### Records shown

== Segment start ==

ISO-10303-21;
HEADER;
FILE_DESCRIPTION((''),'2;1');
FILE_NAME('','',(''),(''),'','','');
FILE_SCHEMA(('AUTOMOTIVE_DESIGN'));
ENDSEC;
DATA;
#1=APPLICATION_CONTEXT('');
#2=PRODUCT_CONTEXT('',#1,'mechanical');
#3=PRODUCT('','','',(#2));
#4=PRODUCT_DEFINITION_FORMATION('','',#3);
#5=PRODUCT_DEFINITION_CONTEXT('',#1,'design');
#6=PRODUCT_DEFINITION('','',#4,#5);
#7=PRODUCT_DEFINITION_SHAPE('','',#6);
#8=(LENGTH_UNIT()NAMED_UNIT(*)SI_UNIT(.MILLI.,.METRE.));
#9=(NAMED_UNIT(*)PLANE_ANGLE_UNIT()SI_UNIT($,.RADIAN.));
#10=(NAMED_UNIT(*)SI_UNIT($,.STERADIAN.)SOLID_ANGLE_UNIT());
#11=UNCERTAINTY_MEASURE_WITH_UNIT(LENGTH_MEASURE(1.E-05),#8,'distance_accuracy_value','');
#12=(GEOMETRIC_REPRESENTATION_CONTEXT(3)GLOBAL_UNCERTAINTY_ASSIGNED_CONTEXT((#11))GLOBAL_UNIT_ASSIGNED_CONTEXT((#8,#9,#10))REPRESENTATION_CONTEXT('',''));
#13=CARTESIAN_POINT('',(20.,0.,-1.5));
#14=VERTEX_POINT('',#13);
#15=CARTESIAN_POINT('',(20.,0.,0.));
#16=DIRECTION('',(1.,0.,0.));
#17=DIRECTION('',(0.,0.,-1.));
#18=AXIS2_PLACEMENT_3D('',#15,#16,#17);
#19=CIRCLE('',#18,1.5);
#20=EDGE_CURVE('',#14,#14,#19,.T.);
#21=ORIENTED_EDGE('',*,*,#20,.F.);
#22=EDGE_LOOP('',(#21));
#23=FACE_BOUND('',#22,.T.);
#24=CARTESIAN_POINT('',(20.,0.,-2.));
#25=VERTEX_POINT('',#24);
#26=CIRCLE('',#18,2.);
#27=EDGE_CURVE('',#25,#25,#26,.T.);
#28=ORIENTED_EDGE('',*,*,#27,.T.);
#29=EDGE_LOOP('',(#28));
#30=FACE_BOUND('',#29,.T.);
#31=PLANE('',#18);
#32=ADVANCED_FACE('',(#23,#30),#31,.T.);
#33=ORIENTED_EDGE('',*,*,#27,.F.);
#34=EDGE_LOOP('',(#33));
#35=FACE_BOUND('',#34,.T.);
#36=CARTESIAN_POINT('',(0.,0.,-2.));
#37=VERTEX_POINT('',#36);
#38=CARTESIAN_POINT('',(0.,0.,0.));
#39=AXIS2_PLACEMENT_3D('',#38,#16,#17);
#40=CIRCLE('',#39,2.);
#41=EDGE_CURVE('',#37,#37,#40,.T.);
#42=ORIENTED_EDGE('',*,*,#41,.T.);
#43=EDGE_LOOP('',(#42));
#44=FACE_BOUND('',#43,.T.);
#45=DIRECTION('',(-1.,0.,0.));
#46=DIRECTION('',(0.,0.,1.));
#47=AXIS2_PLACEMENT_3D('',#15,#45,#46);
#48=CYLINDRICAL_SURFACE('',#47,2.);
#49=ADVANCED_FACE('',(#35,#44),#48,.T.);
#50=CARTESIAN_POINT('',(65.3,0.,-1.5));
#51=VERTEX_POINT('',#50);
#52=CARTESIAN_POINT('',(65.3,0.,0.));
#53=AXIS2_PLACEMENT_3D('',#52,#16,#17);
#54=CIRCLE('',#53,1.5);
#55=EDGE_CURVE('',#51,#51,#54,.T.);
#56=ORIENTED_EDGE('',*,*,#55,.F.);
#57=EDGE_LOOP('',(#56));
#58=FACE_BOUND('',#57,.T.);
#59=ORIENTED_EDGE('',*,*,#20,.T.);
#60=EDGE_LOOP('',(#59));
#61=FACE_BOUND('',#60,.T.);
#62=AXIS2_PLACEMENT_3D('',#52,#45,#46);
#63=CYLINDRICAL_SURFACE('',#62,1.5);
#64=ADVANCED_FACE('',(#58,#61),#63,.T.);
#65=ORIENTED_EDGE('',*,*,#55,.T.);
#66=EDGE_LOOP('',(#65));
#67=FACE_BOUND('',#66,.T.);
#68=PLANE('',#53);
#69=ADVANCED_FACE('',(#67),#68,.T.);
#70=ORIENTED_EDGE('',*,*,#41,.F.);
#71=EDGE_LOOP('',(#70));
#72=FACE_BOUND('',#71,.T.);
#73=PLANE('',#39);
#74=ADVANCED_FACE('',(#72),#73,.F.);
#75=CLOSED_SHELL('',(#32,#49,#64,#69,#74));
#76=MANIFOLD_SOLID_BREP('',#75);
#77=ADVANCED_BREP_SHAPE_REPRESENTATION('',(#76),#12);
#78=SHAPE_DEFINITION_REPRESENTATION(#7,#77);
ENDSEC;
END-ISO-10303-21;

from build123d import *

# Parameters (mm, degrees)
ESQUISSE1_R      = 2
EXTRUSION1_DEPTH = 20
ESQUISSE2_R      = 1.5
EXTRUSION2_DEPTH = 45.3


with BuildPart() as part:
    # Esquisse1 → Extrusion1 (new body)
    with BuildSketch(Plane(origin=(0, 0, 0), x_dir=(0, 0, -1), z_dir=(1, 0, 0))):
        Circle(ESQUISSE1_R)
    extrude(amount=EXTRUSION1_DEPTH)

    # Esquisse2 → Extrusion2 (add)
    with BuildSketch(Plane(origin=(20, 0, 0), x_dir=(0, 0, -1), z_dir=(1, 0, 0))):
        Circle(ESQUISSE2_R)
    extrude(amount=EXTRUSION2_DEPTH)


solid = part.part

== Segment end ==

### Your task
Everything above from the line containing "#56=ORIENTED_EDGE('',*,*,#55,.F.);" down to the line containing "#69=ADVANCED_FACE('',(#67),#68,.T.);" is to be transcribed exactly, with both of those lines included and nothing else added.

### Task response
#56=ORIENTED_EDGE('',*,*,#55,.F.);
#57=EDGE_LOOP('',(#56));
#58=FACE_BOUND('',#57,.T.);
#59=ORIENTED_EDGE('',*,*,#20,.T.);
#60=EDGE_LOOP('',(#59));
#61=FACE_BOUND('',#60,.T.);
#62=AXIS2_PLACEMENT_3D('',#52,#45,#46);
#63=CYLINDRICAL_SURFACE('',#62,1.5);
#64=ADVANCED_FACE('',(#58,#61),#63,.T.);
#65=ORIENTED_EDGE('',*,*,#55,.T.);
#66=EDGE_LOOP('',(#65));
#67=FACE_BOUND('',#66,.T.);
#68=PLANE('',#53);
#69=ADVANCED_FACE('',(#67),#68,.T.);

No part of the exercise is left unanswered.